(Collected data)
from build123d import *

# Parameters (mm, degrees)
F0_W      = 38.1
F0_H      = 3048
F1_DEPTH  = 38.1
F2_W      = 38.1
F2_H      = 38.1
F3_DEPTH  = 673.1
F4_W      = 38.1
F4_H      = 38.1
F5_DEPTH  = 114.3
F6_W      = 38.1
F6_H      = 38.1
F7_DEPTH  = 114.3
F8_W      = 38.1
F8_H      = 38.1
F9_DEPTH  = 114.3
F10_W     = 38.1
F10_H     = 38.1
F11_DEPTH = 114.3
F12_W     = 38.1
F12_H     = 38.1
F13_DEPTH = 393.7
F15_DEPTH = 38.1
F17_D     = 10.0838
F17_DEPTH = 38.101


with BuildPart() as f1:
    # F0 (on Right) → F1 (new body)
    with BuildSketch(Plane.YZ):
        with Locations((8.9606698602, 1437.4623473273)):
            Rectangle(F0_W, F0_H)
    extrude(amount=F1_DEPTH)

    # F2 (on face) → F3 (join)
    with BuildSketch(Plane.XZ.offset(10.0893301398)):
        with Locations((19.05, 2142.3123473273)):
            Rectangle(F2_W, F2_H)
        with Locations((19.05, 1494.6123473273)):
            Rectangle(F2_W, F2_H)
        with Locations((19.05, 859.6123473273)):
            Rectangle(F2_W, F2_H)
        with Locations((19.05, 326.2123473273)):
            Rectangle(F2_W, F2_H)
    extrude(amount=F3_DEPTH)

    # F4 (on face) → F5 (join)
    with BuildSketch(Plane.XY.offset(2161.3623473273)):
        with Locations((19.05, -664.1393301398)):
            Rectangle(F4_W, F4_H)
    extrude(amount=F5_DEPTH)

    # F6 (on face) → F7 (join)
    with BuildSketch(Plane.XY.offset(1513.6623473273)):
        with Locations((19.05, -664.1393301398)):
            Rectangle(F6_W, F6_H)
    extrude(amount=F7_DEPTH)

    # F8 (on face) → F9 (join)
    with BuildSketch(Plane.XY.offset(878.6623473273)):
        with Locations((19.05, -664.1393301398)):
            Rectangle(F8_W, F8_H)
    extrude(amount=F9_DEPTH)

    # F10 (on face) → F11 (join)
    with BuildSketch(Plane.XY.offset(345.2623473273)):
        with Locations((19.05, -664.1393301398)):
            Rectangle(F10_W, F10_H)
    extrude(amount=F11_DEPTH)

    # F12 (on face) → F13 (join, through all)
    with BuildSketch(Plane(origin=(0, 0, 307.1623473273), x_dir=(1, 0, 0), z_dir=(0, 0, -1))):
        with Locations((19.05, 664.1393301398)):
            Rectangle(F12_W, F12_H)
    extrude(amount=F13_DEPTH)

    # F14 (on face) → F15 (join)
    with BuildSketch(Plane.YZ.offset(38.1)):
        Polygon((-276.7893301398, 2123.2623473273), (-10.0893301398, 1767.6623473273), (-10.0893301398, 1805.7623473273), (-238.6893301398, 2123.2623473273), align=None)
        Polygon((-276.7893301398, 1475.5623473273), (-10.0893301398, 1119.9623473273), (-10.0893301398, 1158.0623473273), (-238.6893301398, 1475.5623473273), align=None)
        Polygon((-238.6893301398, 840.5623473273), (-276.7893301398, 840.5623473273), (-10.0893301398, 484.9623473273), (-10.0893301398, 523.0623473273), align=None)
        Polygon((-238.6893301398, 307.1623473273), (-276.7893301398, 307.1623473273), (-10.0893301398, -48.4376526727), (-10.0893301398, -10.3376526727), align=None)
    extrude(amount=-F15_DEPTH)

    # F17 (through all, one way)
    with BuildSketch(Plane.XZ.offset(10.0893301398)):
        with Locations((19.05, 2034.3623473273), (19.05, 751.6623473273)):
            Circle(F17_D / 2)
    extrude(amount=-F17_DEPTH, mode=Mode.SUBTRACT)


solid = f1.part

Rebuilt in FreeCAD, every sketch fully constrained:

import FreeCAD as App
import Part
import Sketcher
from FreeCAD import Vector
Q = App.Units.Quantity

doc = App.newDocument("Part")
body = doc.addObject("PartDesign::Body", "Body")

# Sketch on YZ plane
sketch1 = body.newObject("Sketcher::SketchObject", "Sketch")
sketch1.AttachmentSupport = (doc.getObject("YZ_Plane"), [""])
sketch1.MapMode = "FlatFace"
sketch1.addGeometry([
    Part.LineSegment(Vector(-10.08933, 2961.462347, 0), Vector(-10.08933, -86.537653, 0)),
    Part.LineSegment(Vector(-10.08933, -86.537653, 0), Vector(28.01067, -86.537653, 0)),
    Part.LineSegment(Vector(28.01067, -86.537653, 0), Vector(28.01067, 2961.462347, 0)),
    Part.LineSegment(Vector(28.01067, 2961.462347, 0), Vector(-10.08933, 2961.462347, 0)),
], False)
sketch1.addConstraint([
    Sketcher.Constraint("Coincident", 0, 2, 1, 1),
    Sketcher.Constraint("Coincident", 1, 2, 2, 1),
    Sketcher.Constraint("Coincident", 2, 2, 3, 1),
    Sketcher.Constraint("Coincident", 3, 2, 0, 1),
    Sketcher.Constraint("Vertical", 0),
    Sketcher.Constraint("Horizontal", 1),
    Sketcher.Constraint("Vertical", 2),
    Sketcher.Constraint("Horizontal", 3),
    Sketcher.Constraint("DistanceY", 0, 2, 0, 1, Q("120 in")),
    Sketcher.Constraint("DistanceX", 1, 1, 1, 2, Q("1.5 in")),
    Sketcher.Constraint("DistanceX", 0, 2, -1, 1, 10.08933),
    Sketcher.Constraint("DistanceY", 0, 2, -1, 1, 86.537653),
])
pad1 = body.newObject("PartDesign::Pad", "Pad")
pad1.Profile = sketch1
pad1.Length = Q("1.5 in")

# Sketch on XZ plane
sketch2 = body.newObject("Sketcher::SketchObject", "Sketch001")
sketch2.AttachmentSupport = (doc.getObject("XZ_Plane"), [""])
sketch2.MapMode = "FlatFace"
sketch2.AttachmentOffset = App.Placement(Vector(0, 0, 10.08933), App.Rotation())
sketch2.addGeometry([
    Part.LineSegment(Vector(0, 2161.362347, 0), Vector(0, 2123.262347, 0)),  # 0
    Part.LineSegment(Vector(0, 2123.262347, 0), Vector(38.1, 2123.262347, 0)),  # 1
    Part.LineSegment(Vector(38.1, 2123.262347, 0), Vector(38.1, 2161.362347, 0)),  # 2
    Part.LineSegment(Vector(38.1, 2161.362347, 0), Vector(0, 2161.362347, 0)),  # 3
    Part.LineSegment(Vector(0, 1513.662347, 0), Vector(0, 1475.562347, 0)),  # 4
    Part.LineSegment(Vector(0, 1475.562347, 0), Vector(38.1, 1475.562347, 0)),  # 5
    Part.LineSegment(Vector(38.1, 1475.562347, 0), Vector(38.1, 1513.662347, 0)),  # 6
    Part.LineSegment(Vector(38.1, 1513.662347, 0), Vector(0, 1513.662347, 0)),  # 7
    Part.LineSegment(Vector(0, 878.662347, 0), Vector(0, 840.562347, 0)),  # 8
    Part.LineSegment(Vector(0, 840.562347, 0), Vector(38.1, 840.562347, 0)),  # 9
    Part.LineSegment(Vector(38.1, 840.562347, 0), Vector(38.1, 878.662347, 0)),  # 10
    Part.LineSegment(Vector(38.1, 878.662347, 0), Vector(0, 878.662347, 0)),  # 11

▶ [Aim of the task] Set down each record above without changing a single word.

▶ [Your solution]
from build123d import *

# Parameters (mm, degrees)
F0_W      = 38.1
F0_H      = 3048
F1_DEPTH  = 38.1
F2_W      = 38.1
F2_H      = 38.1
F3_DEPTH  = 673.1
F4_W      = 38.1
F4_H      = 38.1
F5_DEPTH  = 114.3
F6_W      = 38.1
F6_H      = 38.1
F7_DEPTH  = 114.3
F8_W      = 38.1
F8_H      = 38.1
F9_DEPTH  = 114.3
F10_W     = 38.1
F10_H     = 38.1
F11_DEPTH = 114.3
F12_W     = 38.1
F12_H     = 38.1
F13_DEPTH = 393.7
F15_DEPTH = 38.1
F17_D     = 10.0838
F17_DEPTH = 38.101


with BuildPart() as f1:
    # F0 (on Right) → F1 (new body)
    with BuildSketch(Plane.YZ):
        with Locations((8.9606698602, 1437.4623473273)):
            Rectangle(F0_W, F0_H)
    extrude(amount=F1_DEPTH)

    # F2 (on face) → F3 (join)
    with BuildSketch(Plane.XZ.offset(10.0893301398)):
        with Locations((19.05, 2142.3123473273)):
            Rectangle(F2_W, F2_H)
        with Locations((19.05, 1494.6123473273)):
            Rectangle(F2_W, F2_H)
        with Locations((19.05, 859.6123473273)):
            Rectangle(F2_W, F2_H)
        with Locations((19.05, 326.2123473273)):
            Rectangle(F2_W, F2_H)
    extrude(amount=F3_DEPTH)

    # F4 (on face) → F5 (join)
    with BuildSketch(Plane.XY.offset(2161.3623473273)):
        with Locations((19.05, -664.1393301398)):
            Rectangle(F4_W, F4_H)
    extrude(amount=F5_DEPTH)

    # F6 (on face) → F7 (join)
    with BuildSketch(Plane.XY.offset(1513.6623473273)):
        with Locations((19.05, -664.1393301398)):
            Rectangle(F6_W, F6_H)
    extrude(amount=F7_DEPTH)

    # F8 (on face) → F9 (join)
    with BuildSketch(Plane.XY.offset(878.6623473273)):
        with Locations((19.05, -664.1393301398)):
            Rectangle(F8_W, F8_H)
    extrude(amount=F9_DEPTH)

    # F10 (on face) → F11 (join)
    with BuildSketch(Plane.XY.offset(345.2623473273)):
        with Locations((19.05, -664.1393301398)):
            Rectangle(F10_W, F10_H)
    extrude(amount=F11_DEPTH)

    # F12 (on face) → F13 (join, through all)
    with BuildSketch(Plane(origin=(0, 0, 307.1623473273), x_dir=(1, 0, 0), z_dir=(0, 0, -1))):
        with Locations((19.05, 664.1393301398)):
            Rectangle(F12_W, F12_H)
    extrude(amount=F13_DEPTH)

    # F14 (on face) → F15 (join)
    with BuildSketch(Plane.YZ.offset(38.1)):
        Polygon((-276.7893301398, 2123.2623473273), (-10.0893301398, 1767.6623473273), (-10.0893301398, 1805.7623473273), (-238.6893301398, 2123.2623473273), align=None)
        Polygon((-276.7893301398, 1475.5623473273), (-10.0893301398, 1119.9623473273), (-10.0893301398, 1158.0623473273), (-238.6893301398, 1475.5623473273), align=None)
        Polygon((-238.6893301398, 840.5623473273), (-276.7893301398, 840.5623473273), (-10.0893301398, 484.9623473273), (-10.0893301398, 523.0623473273), align=None)
        Polygon((-238.6893301398, 307.1623473273), (-276.7893301398, 307.1623473273), (-10.0893301398, -48.4376526727), (-10.0893301398, -10.3376526727), align=None)
    extrude(amount=-F15_DEPTH)

    # F17 (through all, one way)
    with BuildSketch(Plane.XZ.offset(10.0893301398)):
        with Locations((19.05, 2034.3623473273), (19.05, 751.6623473273)):
            Circle(F17_D / 2)
    extrude(amount=-F17_DEPTH, mode=Mode.SUBTRACT)


solid = f1.part

Rebuilt in FreeCAD, every sketch fully constrained:

import FreeCAD as App
import Part
import Sketcher
from FreeCAD import Vector
Q = App.Units.Quantity

doc = App.newDocument("Part")
body = doc.addObject("PartDesign::Body", "Body")

# Sketch on YZ plane
sketch1 = body.newObject("Sketcher::SketchObject", "Sketch")
sketch1.AttachmentSupport = (doc.getObject("YZ_Plane"), [""])
sketch1.MapMode = "FlatFace"
sketch1.addGeometry([
    Part.LineSegment(Vector(-10.08933, 2961.462347, 0), Vector(-10.08933, -86.537653, 0)),
    Part.LineSegment(Vector(-10.08933, -86.537653, 0), Vector(28.01067, -86.537653, 0)),
    Part.LineSegment(Vector(28.01067, -86.537653, 0), Vector(28.01067, 2961.462347, 0)),
    Part.LineSegment(Vector(28.01067, 2961.462347, 0), Vector(-10.08933, 2961.462347, 0)),
], False)
sketch1.addConstraint([
    Sketcher.Constraint("Coincident", 0, 2, 1, 1),
    Sketcher.Constraint("Coincident", 1, 2, 2, 1),
    Sketcher.Constraint("Coincident", 2, 2, 3, 1),
    Sketcher.Constraint("Coincident", 3, 2, 0, 1),
    Sketcher.Constraint("Vertical", 0),
    Sketcher.Constraint("Horizontal", 1),
    Sketcher.Constraint("Vertical", 2),
    Sketcher.Constraint("Horizontal", 3),
    Sketcher.Constraint("DistanceY", 0, 2, 0, 1, Q("120 in")),
    Sketcher.Constraint("DistanceX", 1, 1, 1, 2, Q("1.5 in")),
    Sketcher.Constraint("DistanceX", 0, 2, -1, 1, 10.08933),
    Sketcher.Constraint("DistanceY", 0, 2, -1, 1, 86.537653),
])
pad1 = body.newObject("PartDesign::Pad", "Pad")
pad1.Profile = sketch1
pad1.Length = Q("1.5 in")

# Sketch on XZ plane
sketch2 = body.newObject("Sketcher::SketchObject", "Sketch001")
sketch2.AttachmentSupport = (doc.getObject("XZ_Plane"), [""])
sketch2.MapMode = "FlatFace"
sketch2.AttachmentOffset = App.Placement(Vector(0, 0, 10.08933), App.Rotation())
sketch2.addGeometry([
    Part.LineSegment(Vector(0, 2161.362347, 0), Vector(0, 2123.262347, 0)),  # 0
    Part.LineSegment(Vector(0, 2123.262347, 0), Vector(38.1, 2123.262347, 0)),  # 1
    Part.LineSegment(Vector(38.1, 2123.262347, 0), Vector(38.1, 2161.362347, 0)),  # 2
    Part.LineSegment(Vector(38.1, 2161.362347, 0), Vector(0, 2161.362347, 0)),  # 3
    Part.LineSegment(Vector(0, 1513.662347, 0), Vector(0, 1475.562347, 0)),  # 4
    Part.LineSegment(Vector(0, 1475.562347, 0), Vector(38.1, 1475.562347, 0)),  # 5
    Part.LineSegment(Vector(38.1, 1475.562347, 0), Vector(38.1, 1513.662347, 0)),  # 6
    Part.LineSegment(Vector(38.1, 1513.662347, 0), Vector(0, 1513.662347, 0)),  # 7
    Part.LineSegment(Vector(0, 878.662347, 0), Vector(0, 840.562347, 0)),  # 8
    Part.LineSegment(Vector(0, 840.562347, 0), Vector(38.1, 840.562347, 0)),  # 9
    Part.LineSegment(Vector(38.1, 840.562347, 0), Vector(38.1, 878.662347, 0)),  # 10
    Part.LineSegment(Vector(38.1, 878.662347, 0), Vector(0, 878.662347, 0)),  # 11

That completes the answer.